Title: Adaptive Real-time Monitoring
Author: Alberto Gonzalez
e-mail: gonzalez@kth.se
Partner: KTH
Supervisor: Rolf Stadler
Committee:
Year of start: 2002
Year of end: 2008
Funding institution: EU Ambient Networks Project
We pursue a design that enables a large set of nodes in a networked environment to achieve a goal through cooperation. Given a goal, the nodes must determine and execute the appropriate actions (considering their capabilities) that lead them to the achievement of their goal. The design must be adaptive, controllable, and have low and controllable computational overhead. Adaptability means that the design must be able to react to changes in networking conditions so that, despite these changes, it achieves its goal. Control is a must in every management system. While the node must be autonomous in its decision-making process, the administrator must have the capacity to guide or control its behavior.
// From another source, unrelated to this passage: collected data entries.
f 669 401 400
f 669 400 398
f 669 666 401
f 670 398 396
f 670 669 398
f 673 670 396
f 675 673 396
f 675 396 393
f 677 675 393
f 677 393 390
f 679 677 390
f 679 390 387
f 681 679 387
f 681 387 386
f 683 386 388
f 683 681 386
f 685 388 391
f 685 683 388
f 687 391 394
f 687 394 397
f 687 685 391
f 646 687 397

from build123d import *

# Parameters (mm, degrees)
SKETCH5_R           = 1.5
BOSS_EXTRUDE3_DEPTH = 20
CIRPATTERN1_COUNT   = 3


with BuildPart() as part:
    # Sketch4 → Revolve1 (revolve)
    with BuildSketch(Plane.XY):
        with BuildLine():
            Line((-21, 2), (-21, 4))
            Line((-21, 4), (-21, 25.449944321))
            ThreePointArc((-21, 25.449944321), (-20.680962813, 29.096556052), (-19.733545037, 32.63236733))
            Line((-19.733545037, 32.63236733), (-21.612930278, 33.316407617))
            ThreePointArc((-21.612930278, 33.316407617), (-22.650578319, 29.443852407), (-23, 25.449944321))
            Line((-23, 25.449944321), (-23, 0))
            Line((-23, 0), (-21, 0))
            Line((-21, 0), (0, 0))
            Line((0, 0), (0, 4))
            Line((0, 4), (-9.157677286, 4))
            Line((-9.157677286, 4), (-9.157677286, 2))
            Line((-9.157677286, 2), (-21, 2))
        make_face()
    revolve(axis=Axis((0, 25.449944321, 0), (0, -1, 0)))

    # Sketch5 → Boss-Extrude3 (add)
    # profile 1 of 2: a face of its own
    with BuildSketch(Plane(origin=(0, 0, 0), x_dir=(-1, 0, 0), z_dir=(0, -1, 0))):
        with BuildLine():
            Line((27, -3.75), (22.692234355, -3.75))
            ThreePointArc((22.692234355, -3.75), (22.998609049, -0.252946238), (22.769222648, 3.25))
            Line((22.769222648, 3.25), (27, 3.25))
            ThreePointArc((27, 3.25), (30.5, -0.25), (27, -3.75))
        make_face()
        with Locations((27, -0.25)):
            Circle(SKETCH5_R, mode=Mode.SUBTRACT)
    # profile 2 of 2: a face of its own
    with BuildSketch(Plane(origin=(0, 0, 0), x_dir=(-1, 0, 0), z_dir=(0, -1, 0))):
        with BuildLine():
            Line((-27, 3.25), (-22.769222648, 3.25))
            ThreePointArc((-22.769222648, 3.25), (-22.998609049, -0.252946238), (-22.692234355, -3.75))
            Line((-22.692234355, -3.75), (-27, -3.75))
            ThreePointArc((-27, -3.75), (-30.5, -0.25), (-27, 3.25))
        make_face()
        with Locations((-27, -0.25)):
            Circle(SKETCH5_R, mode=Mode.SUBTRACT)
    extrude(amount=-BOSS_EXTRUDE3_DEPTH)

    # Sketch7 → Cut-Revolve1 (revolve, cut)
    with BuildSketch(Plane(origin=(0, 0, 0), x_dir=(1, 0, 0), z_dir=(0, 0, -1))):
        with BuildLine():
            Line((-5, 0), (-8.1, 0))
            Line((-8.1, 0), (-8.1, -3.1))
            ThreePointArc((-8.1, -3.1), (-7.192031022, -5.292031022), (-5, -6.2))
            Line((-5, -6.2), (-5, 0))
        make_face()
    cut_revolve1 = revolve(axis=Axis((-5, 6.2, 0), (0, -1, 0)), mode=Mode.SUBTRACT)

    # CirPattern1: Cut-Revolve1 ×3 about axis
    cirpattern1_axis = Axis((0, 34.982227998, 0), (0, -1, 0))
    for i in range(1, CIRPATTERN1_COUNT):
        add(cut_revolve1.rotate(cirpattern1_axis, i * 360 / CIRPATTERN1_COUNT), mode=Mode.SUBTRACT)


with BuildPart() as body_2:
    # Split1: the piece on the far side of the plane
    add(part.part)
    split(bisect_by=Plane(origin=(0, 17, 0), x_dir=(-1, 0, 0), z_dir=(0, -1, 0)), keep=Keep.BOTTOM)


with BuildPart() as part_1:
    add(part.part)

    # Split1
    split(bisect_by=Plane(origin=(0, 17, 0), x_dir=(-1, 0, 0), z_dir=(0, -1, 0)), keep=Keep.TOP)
The administrator must be allowed to set limits to the node behavior. This control can be expressed as a set of forbidden actions and/or forbidden states. In order to be practically feasible, the computational cost of the design must be low and controllable. Low cost is a must for real-time management. It is crucial for achieving timely adaptability. Controllability permits vendors to bound the processing resources required by management tasks running on their devices. A key aspect is the coordination among nodes. If the nodes do not coordinate their actions appropriately, it might be impossible to achieve the goal. For instance, two uncoordinated nodes may perform opposed actions that cancel each other. Another example is an erratic node jeopardizing the goal achievement. Our research has been centered in the context of continuous monitoring of large-scale networks. Specifically, on the monitoring of network-wide metrics computed from device counters using aggregation functions, such as SUM, AVERAGE and MAX. Examples of such metrics include the total number of VoIP flows and the maximum link utilization in a network domain.
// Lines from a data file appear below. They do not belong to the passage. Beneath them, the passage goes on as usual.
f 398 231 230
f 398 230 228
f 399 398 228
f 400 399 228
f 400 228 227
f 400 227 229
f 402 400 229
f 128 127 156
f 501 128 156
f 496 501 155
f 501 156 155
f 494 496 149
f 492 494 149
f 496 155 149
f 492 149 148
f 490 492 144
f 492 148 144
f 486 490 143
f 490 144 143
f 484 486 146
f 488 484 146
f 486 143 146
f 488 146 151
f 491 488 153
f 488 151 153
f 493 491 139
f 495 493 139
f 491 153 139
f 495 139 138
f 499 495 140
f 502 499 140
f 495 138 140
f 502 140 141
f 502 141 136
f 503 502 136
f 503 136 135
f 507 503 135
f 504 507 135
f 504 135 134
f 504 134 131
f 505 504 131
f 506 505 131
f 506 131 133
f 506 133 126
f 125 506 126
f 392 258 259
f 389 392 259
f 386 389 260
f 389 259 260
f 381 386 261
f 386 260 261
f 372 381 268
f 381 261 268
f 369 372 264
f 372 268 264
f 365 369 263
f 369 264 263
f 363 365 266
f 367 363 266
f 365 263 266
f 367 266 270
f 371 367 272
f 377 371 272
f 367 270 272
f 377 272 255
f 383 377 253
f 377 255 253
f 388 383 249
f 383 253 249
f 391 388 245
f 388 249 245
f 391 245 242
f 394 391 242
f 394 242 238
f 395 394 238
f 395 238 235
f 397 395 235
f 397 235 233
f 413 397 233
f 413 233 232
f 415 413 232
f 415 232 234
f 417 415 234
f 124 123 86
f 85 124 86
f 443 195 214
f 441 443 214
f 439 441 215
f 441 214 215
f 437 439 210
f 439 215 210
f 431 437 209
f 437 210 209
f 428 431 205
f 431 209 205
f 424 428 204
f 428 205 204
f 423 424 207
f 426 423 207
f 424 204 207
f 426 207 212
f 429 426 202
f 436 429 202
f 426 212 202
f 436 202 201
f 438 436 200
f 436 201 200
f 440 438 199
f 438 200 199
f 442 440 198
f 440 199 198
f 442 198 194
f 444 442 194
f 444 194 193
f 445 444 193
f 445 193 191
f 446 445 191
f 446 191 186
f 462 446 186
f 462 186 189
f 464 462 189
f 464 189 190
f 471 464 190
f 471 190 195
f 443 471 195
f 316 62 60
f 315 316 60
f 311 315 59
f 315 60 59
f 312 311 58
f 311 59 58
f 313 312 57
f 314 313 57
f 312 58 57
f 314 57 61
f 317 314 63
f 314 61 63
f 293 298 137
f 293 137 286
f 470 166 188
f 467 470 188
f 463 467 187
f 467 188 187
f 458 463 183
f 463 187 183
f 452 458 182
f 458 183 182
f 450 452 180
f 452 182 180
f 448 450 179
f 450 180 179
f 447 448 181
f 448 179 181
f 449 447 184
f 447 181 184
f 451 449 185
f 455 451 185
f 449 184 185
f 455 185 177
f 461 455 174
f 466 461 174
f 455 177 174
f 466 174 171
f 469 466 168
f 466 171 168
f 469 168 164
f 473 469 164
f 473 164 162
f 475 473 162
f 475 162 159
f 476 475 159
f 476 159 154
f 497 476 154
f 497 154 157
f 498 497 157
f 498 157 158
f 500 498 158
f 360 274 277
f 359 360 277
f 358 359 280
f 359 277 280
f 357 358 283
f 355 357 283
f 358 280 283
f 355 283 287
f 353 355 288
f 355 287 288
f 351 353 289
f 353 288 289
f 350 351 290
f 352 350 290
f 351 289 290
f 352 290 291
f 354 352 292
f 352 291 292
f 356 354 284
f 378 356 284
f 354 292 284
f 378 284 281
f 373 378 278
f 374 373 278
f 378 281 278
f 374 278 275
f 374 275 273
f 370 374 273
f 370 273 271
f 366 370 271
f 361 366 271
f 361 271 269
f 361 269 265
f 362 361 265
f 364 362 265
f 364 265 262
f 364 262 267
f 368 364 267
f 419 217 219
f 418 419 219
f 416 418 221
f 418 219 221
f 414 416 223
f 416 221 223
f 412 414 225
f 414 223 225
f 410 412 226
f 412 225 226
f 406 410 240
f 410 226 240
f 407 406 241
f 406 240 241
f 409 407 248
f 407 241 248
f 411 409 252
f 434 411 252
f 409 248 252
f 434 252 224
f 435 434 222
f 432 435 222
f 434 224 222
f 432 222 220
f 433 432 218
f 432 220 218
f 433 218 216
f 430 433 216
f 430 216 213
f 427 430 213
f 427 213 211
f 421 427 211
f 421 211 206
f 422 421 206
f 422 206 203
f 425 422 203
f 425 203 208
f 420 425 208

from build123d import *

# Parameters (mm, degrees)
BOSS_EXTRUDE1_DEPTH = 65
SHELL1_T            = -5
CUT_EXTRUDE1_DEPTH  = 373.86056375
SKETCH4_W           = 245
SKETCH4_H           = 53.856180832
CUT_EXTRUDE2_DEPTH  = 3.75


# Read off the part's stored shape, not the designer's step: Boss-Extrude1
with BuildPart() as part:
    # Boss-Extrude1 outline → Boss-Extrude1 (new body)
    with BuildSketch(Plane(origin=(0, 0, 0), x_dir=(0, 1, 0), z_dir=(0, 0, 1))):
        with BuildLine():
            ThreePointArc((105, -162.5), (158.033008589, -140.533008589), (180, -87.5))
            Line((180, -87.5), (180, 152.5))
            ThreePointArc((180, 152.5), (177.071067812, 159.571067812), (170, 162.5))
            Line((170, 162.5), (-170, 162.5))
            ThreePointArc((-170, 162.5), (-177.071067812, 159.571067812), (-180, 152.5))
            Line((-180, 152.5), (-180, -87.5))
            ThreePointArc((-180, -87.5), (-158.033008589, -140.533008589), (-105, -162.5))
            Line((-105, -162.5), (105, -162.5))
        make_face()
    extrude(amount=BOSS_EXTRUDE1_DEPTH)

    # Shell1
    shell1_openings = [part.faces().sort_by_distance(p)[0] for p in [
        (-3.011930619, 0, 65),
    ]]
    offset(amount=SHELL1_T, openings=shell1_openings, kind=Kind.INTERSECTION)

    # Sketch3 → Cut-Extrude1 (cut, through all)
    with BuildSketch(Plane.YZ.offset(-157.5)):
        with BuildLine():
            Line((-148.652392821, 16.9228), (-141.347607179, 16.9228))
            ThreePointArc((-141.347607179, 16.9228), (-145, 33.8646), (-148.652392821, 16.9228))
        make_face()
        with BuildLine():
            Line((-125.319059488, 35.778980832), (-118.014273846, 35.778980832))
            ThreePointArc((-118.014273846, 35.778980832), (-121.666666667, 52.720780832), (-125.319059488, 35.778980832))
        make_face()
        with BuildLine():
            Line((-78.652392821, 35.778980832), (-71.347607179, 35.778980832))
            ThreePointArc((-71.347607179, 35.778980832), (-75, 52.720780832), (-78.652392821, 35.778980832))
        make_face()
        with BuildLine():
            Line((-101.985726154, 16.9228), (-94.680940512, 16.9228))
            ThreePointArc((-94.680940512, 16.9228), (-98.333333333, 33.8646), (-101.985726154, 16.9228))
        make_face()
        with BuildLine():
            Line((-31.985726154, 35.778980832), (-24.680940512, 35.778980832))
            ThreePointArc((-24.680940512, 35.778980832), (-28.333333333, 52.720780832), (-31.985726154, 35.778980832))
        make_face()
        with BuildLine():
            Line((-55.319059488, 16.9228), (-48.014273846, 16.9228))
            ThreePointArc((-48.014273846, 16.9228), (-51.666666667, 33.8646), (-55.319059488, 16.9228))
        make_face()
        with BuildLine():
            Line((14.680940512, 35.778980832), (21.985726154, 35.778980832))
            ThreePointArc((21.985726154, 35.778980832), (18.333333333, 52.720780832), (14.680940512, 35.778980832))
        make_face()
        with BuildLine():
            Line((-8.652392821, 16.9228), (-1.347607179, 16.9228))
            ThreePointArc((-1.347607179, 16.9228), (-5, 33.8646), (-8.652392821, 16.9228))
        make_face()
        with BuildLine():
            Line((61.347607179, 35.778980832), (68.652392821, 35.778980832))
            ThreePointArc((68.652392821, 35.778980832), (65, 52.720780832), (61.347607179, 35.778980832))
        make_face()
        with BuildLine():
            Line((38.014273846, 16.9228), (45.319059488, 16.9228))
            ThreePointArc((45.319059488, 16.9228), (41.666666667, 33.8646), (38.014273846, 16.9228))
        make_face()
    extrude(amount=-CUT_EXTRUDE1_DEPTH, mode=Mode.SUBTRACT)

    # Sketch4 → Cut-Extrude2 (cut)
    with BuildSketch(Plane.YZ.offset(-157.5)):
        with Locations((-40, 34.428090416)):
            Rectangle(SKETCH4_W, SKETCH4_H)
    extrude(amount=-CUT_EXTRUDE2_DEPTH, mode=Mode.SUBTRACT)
We present A-GAP, a novel protocol for continuous monitoring of network state variables, which aims at achieving a given monitoring accuracy with minimal overhead. Network state variables are computed from device counters using aggregation functions, such as SUM, AVERAGE and MAX. The accuracy objective is expressed as the average estimation error. A-GAP is decentralized and asynchronous to achieve robustness and scalability. It executes on an overlay that interconnects management processes on the devices. On this overlay, the protocol maintains a spanning tree and updates the network state variables through incremental aggregation. It dynamically configures local filters that control whether an update is sent towards the root of the tree. We evaluate A-GAP through simulation using real traces and two different types of topologies of up to 650 nodes. The results show that we can effectively control the trade-off between accuracy and protocol overhead, and that the overhead can be reduced by almost two orders of magnitude for allowing small errors. The protocol quickly adapts to a node failure and exhibits short spikes in the estimation error for a fraction of a second. Lastly, it can provide an accurate estimate of the error distribution in real-time.